-------- Data for processing

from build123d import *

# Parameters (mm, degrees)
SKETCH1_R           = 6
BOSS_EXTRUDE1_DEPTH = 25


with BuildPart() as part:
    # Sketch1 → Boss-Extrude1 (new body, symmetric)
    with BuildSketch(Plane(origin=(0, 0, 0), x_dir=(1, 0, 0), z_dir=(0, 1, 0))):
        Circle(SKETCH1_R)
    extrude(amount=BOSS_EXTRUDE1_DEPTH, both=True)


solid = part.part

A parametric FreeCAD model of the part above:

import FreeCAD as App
import Part
import Sketcher
Q = App.Units.Quantity

doc = App.newDocument("Part")
body = doc.addObject("PartDesign::Body", "Body")

# Sketch on XZ plane
sketch1 = body.newObject("Sketcher::SketchObject", "Sketch")
sketch1.AttachmentSupport = (doc.getObject("XZ_Plane"), [""])
sketch1.MapMode = "FlatFace"
sketch1.addGeometry(Part.Circle(App.Vector(0, 0, 0), App.Vector(0, 0, 1), 6), False)
sketch1.addConstraint([
    Sketcher.Constraint("Coincident", 0, 3, -1, 1),
    Sketcher.Constraint("Diameter", 0, Q("12 mm")),
])
pad1 = body.newObject("PartDesign::Pad", "Pad")
pad1.Profile = sketch1
pad1.Length = 50
pad1.Midplane = True

doc.recompute()
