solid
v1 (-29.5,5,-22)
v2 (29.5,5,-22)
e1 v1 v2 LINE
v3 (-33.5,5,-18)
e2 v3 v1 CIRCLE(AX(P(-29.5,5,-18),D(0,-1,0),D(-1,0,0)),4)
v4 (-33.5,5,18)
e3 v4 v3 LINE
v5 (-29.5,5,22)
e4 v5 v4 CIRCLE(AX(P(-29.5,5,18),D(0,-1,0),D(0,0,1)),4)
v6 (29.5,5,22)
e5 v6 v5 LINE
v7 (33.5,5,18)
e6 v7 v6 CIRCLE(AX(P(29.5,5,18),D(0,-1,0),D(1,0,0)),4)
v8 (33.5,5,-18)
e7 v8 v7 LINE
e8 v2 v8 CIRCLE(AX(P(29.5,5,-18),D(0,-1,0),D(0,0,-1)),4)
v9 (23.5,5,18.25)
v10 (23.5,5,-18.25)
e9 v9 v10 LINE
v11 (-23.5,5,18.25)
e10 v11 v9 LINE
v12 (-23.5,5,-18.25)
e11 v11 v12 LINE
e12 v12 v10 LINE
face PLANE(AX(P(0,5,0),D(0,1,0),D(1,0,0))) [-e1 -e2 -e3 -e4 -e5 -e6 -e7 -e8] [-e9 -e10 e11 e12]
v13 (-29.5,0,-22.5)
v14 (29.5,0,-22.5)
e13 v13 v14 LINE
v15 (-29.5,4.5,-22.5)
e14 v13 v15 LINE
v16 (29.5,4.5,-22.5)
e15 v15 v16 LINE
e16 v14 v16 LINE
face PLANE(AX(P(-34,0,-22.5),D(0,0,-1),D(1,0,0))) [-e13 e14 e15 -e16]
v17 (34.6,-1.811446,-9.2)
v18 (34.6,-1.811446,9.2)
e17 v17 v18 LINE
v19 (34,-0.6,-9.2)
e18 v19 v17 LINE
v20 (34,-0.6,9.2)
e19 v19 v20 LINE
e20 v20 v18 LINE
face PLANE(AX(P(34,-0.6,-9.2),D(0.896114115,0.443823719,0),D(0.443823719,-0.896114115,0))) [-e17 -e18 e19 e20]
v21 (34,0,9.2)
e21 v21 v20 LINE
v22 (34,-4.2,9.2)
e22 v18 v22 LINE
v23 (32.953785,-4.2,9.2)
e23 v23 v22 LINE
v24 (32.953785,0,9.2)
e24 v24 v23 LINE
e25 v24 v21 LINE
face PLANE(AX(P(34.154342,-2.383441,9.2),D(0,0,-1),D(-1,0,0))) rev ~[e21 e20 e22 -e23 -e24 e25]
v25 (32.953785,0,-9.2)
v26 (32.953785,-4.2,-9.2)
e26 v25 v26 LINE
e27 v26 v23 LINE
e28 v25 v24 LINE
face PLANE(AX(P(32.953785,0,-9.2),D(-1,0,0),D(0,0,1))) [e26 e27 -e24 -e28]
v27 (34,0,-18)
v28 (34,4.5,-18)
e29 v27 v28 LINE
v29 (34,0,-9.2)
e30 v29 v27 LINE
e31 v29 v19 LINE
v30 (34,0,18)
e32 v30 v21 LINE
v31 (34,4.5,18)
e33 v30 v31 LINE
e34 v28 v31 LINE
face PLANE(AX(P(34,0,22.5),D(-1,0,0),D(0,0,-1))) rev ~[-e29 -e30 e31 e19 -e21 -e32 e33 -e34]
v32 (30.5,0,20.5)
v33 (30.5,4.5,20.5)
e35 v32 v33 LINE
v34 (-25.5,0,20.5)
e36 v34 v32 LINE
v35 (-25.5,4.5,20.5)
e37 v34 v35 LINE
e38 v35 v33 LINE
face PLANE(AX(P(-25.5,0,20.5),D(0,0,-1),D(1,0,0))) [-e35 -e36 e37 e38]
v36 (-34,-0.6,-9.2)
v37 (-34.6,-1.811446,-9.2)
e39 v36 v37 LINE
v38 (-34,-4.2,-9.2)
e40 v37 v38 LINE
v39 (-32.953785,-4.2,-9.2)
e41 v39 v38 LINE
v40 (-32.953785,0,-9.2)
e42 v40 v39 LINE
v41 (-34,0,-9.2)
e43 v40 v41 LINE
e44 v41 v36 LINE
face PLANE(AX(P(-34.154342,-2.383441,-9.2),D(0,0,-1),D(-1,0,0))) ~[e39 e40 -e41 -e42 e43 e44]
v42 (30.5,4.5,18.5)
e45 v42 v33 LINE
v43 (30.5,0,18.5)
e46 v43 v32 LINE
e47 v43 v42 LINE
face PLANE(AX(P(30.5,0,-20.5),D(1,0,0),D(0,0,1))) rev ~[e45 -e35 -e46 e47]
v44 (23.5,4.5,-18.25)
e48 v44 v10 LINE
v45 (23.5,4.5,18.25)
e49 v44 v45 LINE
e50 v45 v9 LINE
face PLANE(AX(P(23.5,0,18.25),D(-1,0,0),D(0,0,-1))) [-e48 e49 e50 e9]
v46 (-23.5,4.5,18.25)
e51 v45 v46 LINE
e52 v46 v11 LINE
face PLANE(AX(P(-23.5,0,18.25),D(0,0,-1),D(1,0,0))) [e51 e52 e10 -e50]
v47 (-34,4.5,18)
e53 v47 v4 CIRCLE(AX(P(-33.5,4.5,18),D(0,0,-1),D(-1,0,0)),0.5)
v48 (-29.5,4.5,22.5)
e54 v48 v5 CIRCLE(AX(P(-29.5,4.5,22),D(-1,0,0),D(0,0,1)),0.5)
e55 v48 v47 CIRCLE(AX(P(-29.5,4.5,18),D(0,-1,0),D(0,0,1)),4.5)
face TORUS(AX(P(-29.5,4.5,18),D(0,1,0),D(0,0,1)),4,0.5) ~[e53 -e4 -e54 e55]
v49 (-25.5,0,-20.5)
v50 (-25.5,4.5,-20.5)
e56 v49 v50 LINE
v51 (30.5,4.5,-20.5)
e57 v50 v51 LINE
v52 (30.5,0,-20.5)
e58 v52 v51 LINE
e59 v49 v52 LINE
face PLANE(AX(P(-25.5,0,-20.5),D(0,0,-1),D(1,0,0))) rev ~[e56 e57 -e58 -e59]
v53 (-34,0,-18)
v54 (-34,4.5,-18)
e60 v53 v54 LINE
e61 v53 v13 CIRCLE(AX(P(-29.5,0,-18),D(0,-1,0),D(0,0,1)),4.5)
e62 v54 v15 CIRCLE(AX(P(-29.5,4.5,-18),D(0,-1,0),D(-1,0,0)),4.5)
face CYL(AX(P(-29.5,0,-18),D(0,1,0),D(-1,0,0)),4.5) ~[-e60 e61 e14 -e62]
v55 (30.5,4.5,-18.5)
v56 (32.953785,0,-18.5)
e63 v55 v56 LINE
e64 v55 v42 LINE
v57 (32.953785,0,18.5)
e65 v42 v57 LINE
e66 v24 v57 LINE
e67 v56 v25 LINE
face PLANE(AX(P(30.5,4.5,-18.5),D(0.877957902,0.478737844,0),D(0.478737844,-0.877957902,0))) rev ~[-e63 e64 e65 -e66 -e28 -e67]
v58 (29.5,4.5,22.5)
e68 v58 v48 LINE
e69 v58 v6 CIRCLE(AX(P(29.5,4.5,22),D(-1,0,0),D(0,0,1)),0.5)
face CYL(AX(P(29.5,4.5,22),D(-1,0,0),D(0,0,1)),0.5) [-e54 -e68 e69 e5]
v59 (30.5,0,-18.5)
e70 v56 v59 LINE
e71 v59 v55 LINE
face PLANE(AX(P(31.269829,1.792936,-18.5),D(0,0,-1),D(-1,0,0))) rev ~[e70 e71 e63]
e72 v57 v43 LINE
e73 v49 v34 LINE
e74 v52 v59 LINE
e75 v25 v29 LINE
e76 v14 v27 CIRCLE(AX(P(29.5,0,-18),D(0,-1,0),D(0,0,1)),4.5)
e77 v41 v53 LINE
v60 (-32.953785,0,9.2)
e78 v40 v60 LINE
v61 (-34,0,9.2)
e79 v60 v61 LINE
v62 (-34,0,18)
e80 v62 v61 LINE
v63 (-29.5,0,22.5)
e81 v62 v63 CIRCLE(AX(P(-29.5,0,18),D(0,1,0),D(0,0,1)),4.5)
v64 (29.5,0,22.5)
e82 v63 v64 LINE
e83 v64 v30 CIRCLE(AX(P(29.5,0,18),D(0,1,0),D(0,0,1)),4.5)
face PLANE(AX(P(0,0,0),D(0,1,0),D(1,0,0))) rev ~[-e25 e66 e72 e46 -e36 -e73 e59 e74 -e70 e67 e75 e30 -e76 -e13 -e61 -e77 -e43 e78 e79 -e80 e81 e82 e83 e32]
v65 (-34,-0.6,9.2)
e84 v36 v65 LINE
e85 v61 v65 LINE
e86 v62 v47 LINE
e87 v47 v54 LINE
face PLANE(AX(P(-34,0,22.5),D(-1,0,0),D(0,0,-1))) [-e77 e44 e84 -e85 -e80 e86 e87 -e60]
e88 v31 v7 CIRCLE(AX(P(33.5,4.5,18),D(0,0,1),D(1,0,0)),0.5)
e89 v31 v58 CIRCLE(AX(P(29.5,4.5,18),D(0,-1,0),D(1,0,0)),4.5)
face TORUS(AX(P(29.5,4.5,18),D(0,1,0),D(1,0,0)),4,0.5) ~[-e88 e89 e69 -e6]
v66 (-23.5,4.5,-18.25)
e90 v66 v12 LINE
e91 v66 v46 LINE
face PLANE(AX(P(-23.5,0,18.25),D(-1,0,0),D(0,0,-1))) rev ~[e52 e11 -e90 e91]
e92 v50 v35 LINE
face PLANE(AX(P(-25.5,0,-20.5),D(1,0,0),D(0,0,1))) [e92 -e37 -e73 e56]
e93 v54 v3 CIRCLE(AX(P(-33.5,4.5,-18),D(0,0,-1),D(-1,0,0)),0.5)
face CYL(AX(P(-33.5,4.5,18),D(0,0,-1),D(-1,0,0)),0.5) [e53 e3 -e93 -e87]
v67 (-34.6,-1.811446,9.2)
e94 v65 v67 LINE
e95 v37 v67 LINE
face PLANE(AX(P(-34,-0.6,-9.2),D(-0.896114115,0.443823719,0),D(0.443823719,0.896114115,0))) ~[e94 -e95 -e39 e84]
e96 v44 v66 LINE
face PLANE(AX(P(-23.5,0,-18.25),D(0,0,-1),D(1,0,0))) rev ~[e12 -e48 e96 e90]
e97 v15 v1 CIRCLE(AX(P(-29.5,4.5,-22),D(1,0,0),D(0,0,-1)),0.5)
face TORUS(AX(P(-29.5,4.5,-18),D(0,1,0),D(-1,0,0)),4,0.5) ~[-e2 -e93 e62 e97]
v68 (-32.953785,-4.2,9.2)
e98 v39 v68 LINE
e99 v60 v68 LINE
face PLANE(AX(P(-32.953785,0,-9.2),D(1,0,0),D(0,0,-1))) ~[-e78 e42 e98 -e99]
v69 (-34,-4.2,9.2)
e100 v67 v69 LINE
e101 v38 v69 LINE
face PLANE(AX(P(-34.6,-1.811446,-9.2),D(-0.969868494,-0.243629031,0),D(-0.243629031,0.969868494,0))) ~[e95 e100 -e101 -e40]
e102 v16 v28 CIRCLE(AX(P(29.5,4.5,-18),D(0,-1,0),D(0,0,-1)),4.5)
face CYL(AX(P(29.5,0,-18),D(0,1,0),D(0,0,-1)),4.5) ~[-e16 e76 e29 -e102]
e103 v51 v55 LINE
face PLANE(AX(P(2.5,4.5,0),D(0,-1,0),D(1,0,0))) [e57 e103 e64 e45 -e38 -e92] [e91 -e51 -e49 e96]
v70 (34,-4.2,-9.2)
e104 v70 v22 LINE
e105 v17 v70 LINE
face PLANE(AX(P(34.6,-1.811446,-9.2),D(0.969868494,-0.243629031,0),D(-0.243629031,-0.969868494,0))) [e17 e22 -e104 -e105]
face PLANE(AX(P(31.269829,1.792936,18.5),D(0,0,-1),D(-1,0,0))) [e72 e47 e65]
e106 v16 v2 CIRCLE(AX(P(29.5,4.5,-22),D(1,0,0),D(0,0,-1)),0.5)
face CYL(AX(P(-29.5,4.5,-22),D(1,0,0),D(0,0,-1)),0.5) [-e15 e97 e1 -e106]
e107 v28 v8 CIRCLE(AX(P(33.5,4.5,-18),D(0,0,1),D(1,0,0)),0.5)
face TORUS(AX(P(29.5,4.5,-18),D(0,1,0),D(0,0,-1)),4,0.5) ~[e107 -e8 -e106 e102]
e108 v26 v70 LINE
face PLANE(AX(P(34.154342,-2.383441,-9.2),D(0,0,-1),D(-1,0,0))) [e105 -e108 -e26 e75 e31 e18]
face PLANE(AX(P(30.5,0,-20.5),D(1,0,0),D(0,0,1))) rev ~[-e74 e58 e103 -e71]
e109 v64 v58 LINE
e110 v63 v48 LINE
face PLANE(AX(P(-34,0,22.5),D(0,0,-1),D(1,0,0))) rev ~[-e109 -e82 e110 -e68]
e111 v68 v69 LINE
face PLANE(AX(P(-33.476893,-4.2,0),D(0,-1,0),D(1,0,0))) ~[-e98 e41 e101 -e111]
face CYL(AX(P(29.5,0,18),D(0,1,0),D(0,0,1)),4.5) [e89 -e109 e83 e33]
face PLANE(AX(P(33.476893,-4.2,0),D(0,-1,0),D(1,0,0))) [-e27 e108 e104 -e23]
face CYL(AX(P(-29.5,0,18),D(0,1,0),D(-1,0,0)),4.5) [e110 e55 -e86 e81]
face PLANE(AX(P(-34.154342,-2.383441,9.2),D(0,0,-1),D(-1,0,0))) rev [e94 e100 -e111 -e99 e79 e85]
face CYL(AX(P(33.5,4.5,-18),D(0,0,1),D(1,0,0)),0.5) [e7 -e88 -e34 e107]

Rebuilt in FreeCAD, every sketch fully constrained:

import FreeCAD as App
import Part
import Sketcher
Q = App.Units.Quantity


def edges_at(feature, points):
    """Names of the edges that pass closest to the given points."""
    edges = feature.Shape.Edges
    near = lambda p: min(range(len(edges)), key=lambda i: edges[i].distToShape(Part.Vertex(*p))[0])
    return sorted({f"Edge{near(p) + 1}" for p in points})

doc = App.newDocument("Part")
body = doc.addObject("PartDesign::Body", "Body")

sketch1 = body.newObject("Sketcher::SketchObject", "Sketch")
sketch1.AttachmentSupport = (doc.getObject("XZ_Plane"), [""])
sketch1.MapMode = "FlatFace"
sketch1.addGeometry(Part.LineSegment(App.Vector(-34, -22.5, 0), App.Vector(-34, 22.5, 0)), False)
sketch1.addGeometry(Part.LineSegment(App.Vector(-34, 22.5, 0), App.Vector(34, 22.5, 0)), False)
sketch1.addGeometry(Part.LineSegment(App.Vector(34, 22.5, 0), App.Vector(34, -22.5, 0)), False)
sketch1.addGeometry(Part.LineSegment(App.Vector(34, -22.5, 0), App.Vector(-34, -22.5, 0)), False)
sketch1.addGeometry(Part.LineSegment(App.Vector(23.5, 18.25, 0), App.Vector(-23.5, 18.25, 0)), False)
sketch1.addGeometry(Part.LineSegment(App.Vector(-23.5, 18.25, 0), App.Vector(-23.5, -18.25, 0)), False)
sketch1.addGeometry(Part.LineSegment(App.Vector(-23.5, -18.25, 0), App.Vector(23.5, -18.25, 0)), False)
sketch1.addGeometry(Part.LineSegment(App.Vector(23.5, -18.25, 0), App.Vector(23.5, 18.25, 0)), False)
sketch1.addConstraint(Sketcher.Constraint("Coincident", 0, 2, 1, 1))
sketch1.addConstraint(Sketcher.Constraint("Coincident", 1, 2, 2, 1))
sketch1.addConstraint(Sketcher.Constraint("Coincident", 2, 2, 3, 1))
sketch1.addConstraint(Sketcher.Constraint("Coincident", 3, 2, 0, 1))
sketch1.addConstraint(Sketcher.Constraint("Coincident", 4, 2, 5, 1))
sketch1.addConstraint(Sketcher.Constraint("Coincident", 5, 2, 6, 1))
sketch1.addConstraint(Sketcher.Constraint("Coincident", 6, 2, 7, 1))
sketch1.addConstraint(Sketcher.Constraint("Coincident", 7, 2, 4, 1))
sketch1.addConstraint(Sketcher.Constraint("Vertical", 0))
sketch1.addConstraint(Sketcher.Constraint("Horizontal", 1))
sketch1.addConstraint(Sketcher.Constraint("Vertical", 2))
sketch1.addConstraint(Sketcher.Constraint("Horizontal", 3))
sketch1.addConstraint(Sketcher.Constraint("Horizontal", 4))
sketch1.addConstraint(Sketcher.Constraint("Vertical", 5))
sketch1.addConstraint(Sketcher.Constraint("Horizontal", 6))
sketch1.addConstraint(Sketcher.Constraint("Vertical", 7))
sketch1.addConstraint(Sketcher.Constraint("Symmetric", 0, 2, 2, 2, -1, 1))
sketch1.addConstraint(Sketcher.Constraint("Symmetric", 4, 2, 6, 2, -1, 1))
sketch1.addConstraint(Sketcher.Constraint("DistanceX", 1, 1, 1, 2, Q("68 mm")))
sketch1.addConstraint(Sketcher.Constraint("DistanceX", 4, 2, 4, 1, Q("47 mm")))
sketch1.addConstraint(Sketcher.Constraint("DistanceY", 0, 1, 0, 2, Q("45 mm")))
sketch1.addConstraint(Sketcher.Constraint("DistanceY", 5, 2, 5, 1, Q("36.5 mm")))
pad1 = body.newObject("PartDesign::Pad", "Pad")
pad1.Profile = sketch1
pad1.Length = 5
pad1.Reversed = True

----------------

[Task prompt]: Every line of the entries above that holds "with" should be copied out.

[Written reply]:
with BuildPart() as part:
    with BuildSketch(Plane(origin=(0, 0, 0), x_dir=(1, 0, 0), z_dir=(0, 1, 0))):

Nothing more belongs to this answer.